Probably need to lift it at least.


----------



## jpalamar (Jul 22, 2008)

If you curbed it that hard, I think the oil pan is the least of your conserns. Mine took $6k+ in danage and I didn't even get to the oil pan or anything like that. That was just suspension on 1 side, a rad, bumper, and grills.

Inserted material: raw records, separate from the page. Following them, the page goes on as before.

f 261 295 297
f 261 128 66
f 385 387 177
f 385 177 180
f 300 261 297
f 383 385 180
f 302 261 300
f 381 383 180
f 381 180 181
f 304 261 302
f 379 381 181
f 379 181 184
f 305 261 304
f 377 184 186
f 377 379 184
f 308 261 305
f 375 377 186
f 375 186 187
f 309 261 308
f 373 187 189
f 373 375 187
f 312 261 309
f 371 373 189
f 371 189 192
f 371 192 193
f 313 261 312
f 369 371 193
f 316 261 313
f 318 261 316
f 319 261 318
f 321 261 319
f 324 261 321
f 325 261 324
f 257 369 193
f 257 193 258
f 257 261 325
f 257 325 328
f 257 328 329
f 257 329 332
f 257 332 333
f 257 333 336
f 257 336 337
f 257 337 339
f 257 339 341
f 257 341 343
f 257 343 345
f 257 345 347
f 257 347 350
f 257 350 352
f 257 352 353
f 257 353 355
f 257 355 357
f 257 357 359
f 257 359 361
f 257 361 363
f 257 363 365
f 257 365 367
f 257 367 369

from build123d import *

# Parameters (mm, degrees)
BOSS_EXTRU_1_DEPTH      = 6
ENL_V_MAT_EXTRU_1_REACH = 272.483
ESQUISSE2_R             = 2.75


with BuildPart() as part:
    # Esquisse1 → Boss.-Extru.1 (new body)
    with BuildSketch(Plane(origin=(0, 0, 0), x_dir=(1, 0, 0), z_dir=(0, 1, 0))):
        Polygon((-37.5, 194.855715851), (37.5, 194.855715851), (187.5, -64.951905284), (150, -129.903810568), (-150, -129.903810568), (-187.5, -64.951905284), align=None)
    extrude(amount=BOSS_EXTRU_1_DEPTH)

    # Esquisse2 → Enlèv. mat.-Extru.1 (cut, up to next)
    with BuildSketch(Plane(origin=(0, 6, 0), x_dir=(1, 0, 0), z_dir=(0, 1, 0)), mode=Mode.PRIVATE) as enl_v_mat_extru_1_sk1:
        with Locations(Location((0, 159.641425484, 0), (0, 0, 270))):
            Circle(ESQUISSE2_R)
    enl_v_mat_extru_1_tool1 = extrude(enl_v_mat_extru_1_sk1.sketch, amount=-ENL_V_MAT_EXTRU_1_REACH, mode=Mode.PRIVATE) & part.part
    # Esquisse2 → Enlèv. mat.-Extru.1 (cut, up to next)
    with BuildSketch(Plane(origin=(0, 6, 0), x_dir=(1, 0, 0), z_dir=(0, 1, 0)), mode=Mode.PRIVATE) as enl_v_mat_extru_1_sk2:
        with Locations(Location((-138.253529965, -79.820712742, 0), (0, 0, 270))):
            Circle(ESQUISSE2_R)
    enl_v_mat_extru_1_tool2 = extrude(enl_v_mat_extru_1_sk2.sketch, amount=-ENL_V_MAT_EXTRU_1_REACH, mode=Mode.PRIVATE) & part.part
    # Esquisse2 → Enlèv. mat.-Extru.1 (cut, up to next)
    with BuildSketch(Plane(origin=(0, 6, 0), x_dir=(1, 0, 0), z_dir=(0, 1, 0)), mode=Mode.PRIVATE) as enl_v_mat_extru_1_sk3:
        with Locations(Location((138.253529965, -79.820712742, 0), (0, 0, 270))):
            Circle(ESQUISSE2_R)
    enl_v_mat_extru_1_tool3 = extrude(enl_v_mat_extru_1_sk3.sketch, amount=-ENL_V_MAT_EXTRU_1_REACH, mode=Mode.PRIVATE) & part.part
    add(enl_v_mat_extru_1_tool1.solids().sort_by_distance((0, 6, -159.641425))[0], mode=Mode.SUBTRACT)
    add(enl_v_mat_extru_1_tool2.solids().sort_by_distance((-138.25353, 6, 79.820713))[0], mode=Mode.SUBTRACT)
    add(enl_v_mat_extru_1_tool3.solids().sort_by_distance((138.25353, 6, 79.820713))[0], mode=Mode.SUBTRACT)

I've replaced oil pans on other cars and was able to do it without removing the motor. Some jack stands, a socket, clean the area really good, RTV a gasket and let it dry overnight, fill, start, check for leaks.


----------



## milenko269 (Dec 22, 2009)

thanx guys,now l'm just playing the waiting game for the parts


----------



## Poncho Dan (Jun 30, 2009)

Do you have any pics of the skidplate/oilpan?


----------



## jpalamar (Jul 22, 2008)

milenko269 said:


> thanx guys,now l'm just playing the waiting game for the parts


I know the feeling. It took me a month to get everything. Granted I searched for a front clip and all... if I went all new would of been alot faster.


----------



## Rukee (Feb 8, 2007)

Stop playing GTA with your GTO!


----------



## Nomad (Dec 22, 2009)

Dude, that's my worst nightmare. We have low clearance as it is with these things. Hope it turns out to be a cheap fix.


----------